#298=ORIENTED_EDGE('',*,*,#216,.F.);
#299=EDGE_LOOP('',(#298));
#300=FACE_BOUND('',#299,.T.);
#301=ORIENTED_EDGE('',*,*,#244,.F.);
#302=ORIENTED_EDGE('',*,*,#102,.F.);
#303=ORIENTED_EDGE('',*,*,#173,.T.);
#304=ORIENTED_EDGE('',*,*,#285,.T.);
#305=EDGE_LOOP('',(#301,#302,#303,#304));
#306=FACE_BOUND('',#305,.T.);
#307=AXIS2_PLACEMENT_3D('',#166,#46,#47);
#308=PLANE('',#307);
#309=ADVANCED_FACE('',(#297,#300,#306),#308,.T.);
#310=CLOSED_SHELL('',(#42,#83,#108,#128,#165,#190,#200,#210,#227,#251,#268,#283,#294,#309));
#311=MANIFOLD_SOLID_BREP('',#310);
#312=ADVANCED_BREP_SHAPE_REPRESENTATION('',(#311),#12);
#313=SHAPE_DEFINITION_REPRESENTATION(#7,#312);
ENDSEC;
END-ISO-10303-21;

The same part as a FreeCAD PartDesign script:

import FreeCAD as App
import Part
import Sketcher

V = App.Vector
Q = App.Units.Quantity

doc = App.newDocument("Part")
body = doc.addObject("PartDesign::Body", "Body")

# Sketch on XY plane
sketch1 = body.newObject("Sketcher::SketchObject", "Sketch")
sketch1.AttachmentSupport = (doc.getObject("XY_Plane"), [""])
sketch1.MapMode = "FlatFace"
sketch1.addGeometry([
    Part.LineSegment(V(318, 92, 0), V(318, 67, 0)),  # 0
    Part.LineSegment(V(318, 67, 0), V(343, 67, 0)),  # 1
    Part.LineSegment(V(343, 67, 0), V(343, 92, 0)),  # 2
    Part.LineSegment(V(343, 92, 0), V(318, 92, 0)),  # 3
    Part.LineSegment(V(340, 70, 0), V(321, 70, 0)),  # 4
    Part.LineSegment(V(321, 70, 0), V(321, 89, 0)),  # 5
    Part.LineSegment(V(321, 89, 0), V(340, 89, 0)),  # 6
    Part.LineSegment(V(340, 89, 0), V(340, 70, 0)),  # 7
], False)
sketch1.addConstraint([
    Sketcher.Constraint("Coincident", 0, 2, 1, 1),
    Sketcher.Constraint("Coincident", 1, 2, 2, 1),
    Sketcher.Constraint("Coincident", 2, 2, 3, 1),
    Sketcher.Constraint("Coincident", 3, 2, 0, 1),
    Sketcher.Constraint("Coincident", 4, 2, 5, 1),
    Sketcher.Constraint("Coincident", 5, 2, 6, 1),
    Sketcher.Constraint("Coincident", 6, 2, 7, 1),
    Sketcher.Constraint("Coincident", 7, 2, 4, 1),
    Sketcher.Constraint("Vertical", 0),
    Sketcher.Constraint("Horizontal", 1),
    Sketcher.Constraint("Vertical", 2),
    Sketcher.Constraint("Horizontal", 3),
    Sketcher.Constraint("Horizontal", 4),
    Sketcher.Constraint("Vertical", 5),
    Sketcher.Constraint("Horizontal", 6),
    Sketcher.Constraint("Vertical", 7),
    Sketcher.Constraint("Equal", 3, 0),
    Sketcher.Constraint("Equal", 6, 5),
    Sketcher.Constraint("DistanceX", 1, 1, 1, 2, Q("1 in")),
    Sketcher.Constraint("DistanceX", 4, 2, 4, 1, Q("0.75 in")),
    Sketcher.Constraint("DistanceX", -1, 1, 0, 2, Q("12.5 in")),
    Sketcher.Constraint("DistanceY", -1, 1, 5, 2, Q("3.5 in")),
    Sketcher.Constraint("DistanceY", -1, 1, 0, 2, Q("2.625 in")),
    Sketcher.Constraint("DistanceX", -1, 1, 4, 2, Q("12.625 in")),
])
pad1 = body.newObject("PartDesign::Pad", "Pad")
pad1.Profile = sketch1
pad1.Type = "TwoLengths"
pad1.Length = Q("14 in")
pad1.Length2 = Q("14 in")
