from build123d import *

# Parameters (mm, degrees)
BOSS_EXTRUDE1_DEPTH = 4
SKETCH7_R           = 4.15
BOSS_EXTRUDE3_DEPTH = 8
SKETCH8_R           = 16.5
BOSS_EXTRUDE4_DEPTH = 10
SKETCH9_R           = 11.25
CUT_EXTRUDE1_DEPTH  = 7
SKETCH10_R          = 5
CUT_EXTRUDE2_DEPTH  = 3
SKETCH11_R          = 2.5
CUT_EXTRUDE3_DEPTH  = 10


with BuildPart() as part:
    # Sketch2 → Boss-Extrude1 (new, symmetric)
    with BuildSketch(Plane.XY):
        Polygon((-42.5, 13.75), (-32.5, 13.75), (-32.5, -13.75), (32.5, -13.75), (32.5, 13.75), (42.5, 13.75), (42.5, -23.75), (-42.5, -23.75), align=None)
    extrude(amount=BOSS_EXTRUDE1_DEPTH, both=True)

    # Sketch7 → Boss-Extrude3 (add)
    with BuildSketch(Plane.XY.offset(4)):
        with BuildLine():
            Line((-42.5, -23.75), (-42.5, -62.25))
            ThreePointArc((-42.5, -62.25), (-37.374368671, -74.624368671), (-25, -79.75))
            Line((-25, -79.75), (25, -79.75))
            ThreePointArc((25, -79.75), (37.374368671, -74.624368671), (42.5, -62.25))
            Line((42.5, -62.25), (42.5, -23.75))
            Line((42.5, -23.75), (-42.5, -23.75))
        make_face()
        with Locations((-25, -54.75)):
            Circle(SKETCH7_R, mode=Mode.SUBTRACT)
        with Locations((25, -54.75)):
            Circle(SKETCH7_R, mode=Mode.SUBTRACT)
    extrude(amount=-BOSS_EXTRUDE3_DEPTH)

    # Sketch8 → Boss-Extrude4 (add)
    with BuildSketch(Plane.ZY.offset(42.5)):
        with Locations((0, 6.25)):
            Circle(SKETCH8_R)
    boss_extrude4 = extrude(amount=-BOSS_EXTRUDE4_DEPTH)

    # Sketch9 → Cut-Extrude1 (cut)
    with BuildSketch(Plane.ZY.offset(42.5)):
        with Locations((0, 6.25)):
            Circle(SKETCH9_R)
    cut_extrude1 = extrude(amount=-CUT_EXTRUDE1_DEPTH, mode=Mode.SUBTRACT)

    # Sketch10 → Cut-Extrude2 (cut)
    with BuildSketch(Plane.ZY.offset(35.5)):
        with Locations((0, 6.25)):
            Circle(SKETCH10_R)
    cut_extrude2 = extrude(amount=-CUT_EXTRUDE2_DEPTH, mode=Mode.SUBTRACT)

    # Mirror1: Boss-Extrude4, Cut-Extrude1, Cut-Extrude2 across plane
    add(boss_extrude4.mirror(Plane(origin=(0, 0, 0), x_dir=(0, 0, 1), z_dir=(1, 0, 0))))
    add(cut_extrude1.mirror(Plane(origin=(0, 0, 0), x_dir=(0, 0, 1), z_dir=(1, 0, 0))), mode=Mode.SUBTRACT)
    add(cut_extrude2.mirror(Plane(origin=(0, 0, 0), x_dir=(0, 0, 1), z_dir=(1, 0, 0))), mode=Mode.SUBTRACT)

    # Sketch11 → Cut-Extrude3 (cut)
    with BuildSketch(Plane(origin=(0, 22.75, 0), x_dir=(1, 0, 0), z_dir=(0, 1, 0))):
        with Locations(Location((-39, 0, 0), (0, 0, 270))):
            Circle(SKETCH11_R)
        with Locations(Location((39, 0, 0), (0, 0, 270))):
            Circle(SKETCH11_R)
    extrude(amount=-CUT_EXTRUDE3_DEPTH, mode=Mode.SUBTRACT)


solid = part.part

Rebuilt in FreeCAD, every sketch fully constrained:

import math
import FreeCAD as App
import Part
import Sketcher

V = App.Vector
Q = App.Units.Quantity

doc = App.newDocument("Part")
body = doc.addObject("PartDesign::Body", "Body")

# Sketch on XY plane
sketch1 = body.newObject("Sketcher::SketchObject", "Sketch")
sketch1.AttachmentSupport = (doc.getObject("XY_Plane"), [""])
sketch1.MapMode = "FlatFace"
sketch1.addGeometry([
    Part.LineSegment(V(-32.5, 13.75, 0), V(-42.5, 13.75, 0)),  # 0
    Part.LineSegment(V(-42.5, 13.75, 0), V(-42.5, -23.75, 0)),  # 1
    Part.LineSegment(V(-42.5, -23.75, 0), V(42.5, -23.75, 0)),  # 2
    Part.LineSegment(V(42.5, -23.75, 0), V(42.5, 13.75, 0)),  # 3
    Part.LineSegment(V(42.5, 13.75, 0), V(32.5, 13.75, 0)),  # 4
    Part.LineSegment(V(32.5, 13.75, 0), V(32.5, -13.75, 0)),  # 5
    Part.LineSegment(V(32.5, -13.75, 0), V(-32.5, -13.75, 0)),  # 6
    Part.LineSegment(V(-32.5, -13.75, 0), V(-32.5, 13.75, 0)),  # 7
], False)
sketch1.addConstraint([
    Sketcher.Constraint("Coincident", 0, 2, 1, 1),
    Sketcher.Constraint("Coincident", 1, 2, 2, 1),
    Sketcher.Constraint("Coincident", 2, 2, 3, 1),
    Sketcher.Constraint("Coincident", 3, 2, 4, 1),
    Sketcher.Constraint("Coincident", 4, 2, 5, 1),
    Sketcher.Constraint("Coincident", 5, 2, 6, 1),
    Sketcher.Constraint("Coincident", 6, 2, 7, 1),
    Sketcher.Constraint("Coincident", 7, 2, 0, 1),
    Sketcher.Constraint("Horizontal", 0),
    Sketcher.Constraint("Vertical", 1),
    Sketcher.Constraint("Horizontal", 2),
    Sketcher.Constraint("Vertical", 3),
    Sketcher.Constraint("Horizontal", 4),
    Sketcher.Constraint("Vertical", 5),
    Sketcher.Constraint("Horizontal", 6),
    Sketcher.Constraint("Vertical", 7),
    Sketcher.Constraint("Symmetric", 4, 2, 6, 2, -1, 1),
    Sketcher.Constraint("Symmetric", 0, 2, 3, 2, -2),
    Sketcher.Constraint("DistanceX", 0, 2, 0, 1, Q("10 mm")),
    Sketcher.Constraint("DistanceX", 2, 1, 2, 2, Q("85 mm")),
    Sketcher.Constraint("DistanceY", 1, 2, 1, 1, Q("37.5 mm")),
    Sketcher.Constraint("DistanceY", 5, 2, 5, 1, Q("27.5 mm")),
])
pad1 = body.newObject("PartDesign::Pad", "Pad")
pad1.Profile = sketch1
pad1.Length = 8
pad1.Midplane = True

# Sketch on XY plane
sketch2 = body.newObject("Sketcher::SketchObject", "Sketch001")
sketch2.AttachmentSupport = (doc.getObject("XY_Plane"), [""])
sketch2.MapMode = "FlatFace"
sketch2.AttachmentOffset = App.Placement(V(0, 0, 4), App.Rotation())
sketch2.addGeometry([
    Part.LineSegment(V(-42.5, -23.75, 0), V(-42.5, -62.25, 0)),  # 0
    Part.ArcOfCircle(Part.Circle(V(-25, -62.25, 0), V(0, 0, 1), 17.5), math.radians(180), math.radians(270)),  # 1
    Part.LineSegment(V(-25, -79.75, 0), V(25, -79.75, 0)),  # 2
    Part.ArcOfCircle(Part.Circle(V(25, -62.25, 0), V(0, 0, 1), 17.5), math.radians(-90), math.radians(0)),  # 3
    Part.LineSegment(V(42.5, -62.25, 0), V(42.5, -23.75, 0)),  # 4
    Part.LineSegment(V(42.5, -23.75, 0), V(-42.5, -23.75, 0)),  # 5
    Part.Circle(V(-25, -54.75, 0), V(0, 0, 1), 4.15),  # 6
    Part.Circle(V(25, -54.75, 0), V(0, 0, 1), 4.15),  # 7
], False)
sketch2.addConstraint([
    Sketcher.Constraint("Tangent", 0, 2, 1, 1),
    Sketcher.Constraint("Tangent", 1, 2, 2, 1),
    Sketcher.Constraint("Tangent", 2, 2, 3, 1),
    Sketcher.Constraint("Tangent", 3, 2, 4, 1),
    Sketcher.Constraint("Coincident", 4, 2, 5, 1),
    Sketcher.Constraint("Coincident", 5, 2, 0, 1),
    Sketcher.Constraint("Vertical", 0),
    Sketcher.Constraint("Horizontal", 2),
    Sketcher.Constraint("Vertical", 4),
    Sketcher.Constraint("Horizontal", 5),
    Sketcher.Constraint("Equal", 1, 3),
    Sketcher.Constraint("Equal", 6, 7),
    Sketcher.Constraint("Symmetric", 6, 3, 7, 3, -2),
    Sketcher.Constraint("Vertical", 1, 3, 6, 3),
    Sketcher.Constraint("Vertical", 3, 3, 7, 3),
    Sketcher.Constraint("Diameter", 6, Q("8.3 mm")),
    Sketcher.Constraint("Radius", 1, Q("17.5 mm")),
    Sketcher.Constraint("DistanceX", 2, 1, 2, 2, Q("50 mm")),
    Sketcher.Constraint("DistanceY", 0, 2, 0, 1, Q("38.5 mm")),
    Sketcher.Constraint("DistanceY", 1, 2, 6, 3, Q("25 mm")),
    Sketcher.Constraint("DistanceY", 1, 3, -1, 1, Q("62.25 mm")),
])
pad2 = body.newObject("PartDesign::Pad", "Pad001")
pad2.Profile = sketch2
pad2.Length = 8
pad2.Reversed = True

# Sketch on YZ plane
sketch3 = body.newObject("Sketcher::SketchObject", "Sketch002")
sketch3.AttachmentSupport = (doc.getObject("YZ_Plane"), [""])
sketch3.MapMode = "FlatFace"
sketch3.AttachmentOffset = App.Placement(V(0, 0, -42.5), App.Rotation())
sketch3.addGeometry(Part.Circle(V(6.25, 0, 0), V(0, 0, 1), 16.5), False)
sketch3.addConstraint([
    Sketcher.Constraint("PointOnObject", 0, 3, -1),
    Sketcher.Constraint("Diameter", 0, Q("33 mm")),
    Sketcher.Constraint("DistanceX", -1, 1, 0, 3, Q("6.25 mm")),
])
pad3 = body.newObject("PartDesign::Pad", "Pad002")
pad3.Profile = sketch3
pad3.Length = 10

# Sketch on YZ plane
sketch4 = body.newObject("Sketcher::SketchObject", "Sketch003")
sketch4.AttachmentSupport = (doc.getObject("YZ_Plane"), [""])
sketch4.MapMode = "FlatFace"
sketch4.AttachmentOffset = App.Placement(V(0, 0, -42.5), App.Rotation())
sketch4.addGeometry(Part.Circle(V(6.25, 0, 0), V(0, 0, 1), 11.25), False)
sketch4.addConstraint([
    Sketcher.Constraint("PointOnObject", 0, 3, -1),
    Sketcher.Constraint("Diameter", 0, Q("22.5 mm")),
    Sketcher.Constraint("DistanceX", -1, 1, 0, 3, Q("6.25 mm")),
])
pocket1 = body.newObject("PartDesign::Pocket", "Pocket")
pocket1.Profile = sketch4
pocket1.Length = 7
pocket1.Reversed = True

# Sketch on YZ plane
sketch5 = body.newObject("Sketcher::SketchObject", "Sketch004")
sketch5.AttachmentSupport = (doc.getObject("YZ_Plane"), [""])
sketch5.MapMode = "FlatFace"
sketch5.AttachmentOffset = App.Placement(V(0, 0, -35.5), App.Rotation())
sketch5.addGeometry(Part.Circle(V(6.25, 0, 0), V(0, 0, 1), 5), False)
sketch5.addConstraint([
    Sketcher.Constraint("PointOnObject", 0, 3, -1),
    Sketcher.Constraint("Diameter", 0, Q("10 mm")),
    Sketcher.Constraint("DistanceX", -1, 1, 0, 3, Q("6.25 mm")),
])
pocket2 = body.newObject("PartDesign::Pocket", "Pocket001")
pocket2.Profile = sketch5
pocket2.Length = 3
pocket2.Reversed = True
doc.recompute()

mirrored = body.newObject("PartDesign::Mirrored", "Mirrored")
mirrored.Originals = [pad3, pocket1, pocket2]
mirrored.MirrorPlane = (doc.getObject("YZ_Plane"), [""])
body.Tip = mirrored

# Sketch on XZ plane
sketch6 = body.newObject("Sketcher::SketchObject", "Sketch005")
sketch6.AttachmentSupport = (doc.getObject("XZ_Plane"), [""])
sketch6.MapMode = "FlatFace"
sketch6.AttachmentOffset = App.Placement(V(0, 0, -22.75), App.Rotation())
sketch6.addGeometry([
    Part.Circle(V(-39, 0, 0), V(0, 0, 1), 2.5),
    Part.Circle(V(39, 0, 0), V(0, 0, 1), 2.5),
], False)
sketch6.addConstraint([
    Sketcher.Constraint("Equal", 0, 1),
    Sketcher.Constraint("Symmetric", 0, 3, 1, 3, -1, 1),
    Sketcher.Constraint("PointOnObject", 0, 3, -1),
    Sketcher.Constraint("Diameter", 0, Q("5 mm")),
    Sketcher.Constraint("DistanceX", 0, 3, -1, 1, Q("39 mm")),
])
pocket3 = body.newObject("PartDesign::Pocket", "Pocket002")
pocket3.Profile = sketch6
pocket3.Length = 10
pocket3.Reversed = True

doc.recompute()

__What the exercise asks__. Your output is to be the lines of the listing, exact and complete, starting at the first and ending with the line that contains "#306=FACE_BOUND('',#305,.T.);".

__Solution to this task__.
#298=ORIENTED_EDGE('',*,*,#216,.F.);
#299=EDGE_LOOP('',(#298));
#300=FACE_BOUND('',#299,.T.);
#301=ORIENTED_EDGE('',*,*,#244,.F.);
#302=ORIENTED_EDGE('',*,*,#102,.F.);
#303=ORIENTED_EDGE('',*,*,#173,.T.);
#304=ORIENTED_EDGE('',*,*,#285,.T.);
#305=EDGE_LOOP('',(#301,#302,#303,#304));
#306=FACE_BOUND('',#305,.T.);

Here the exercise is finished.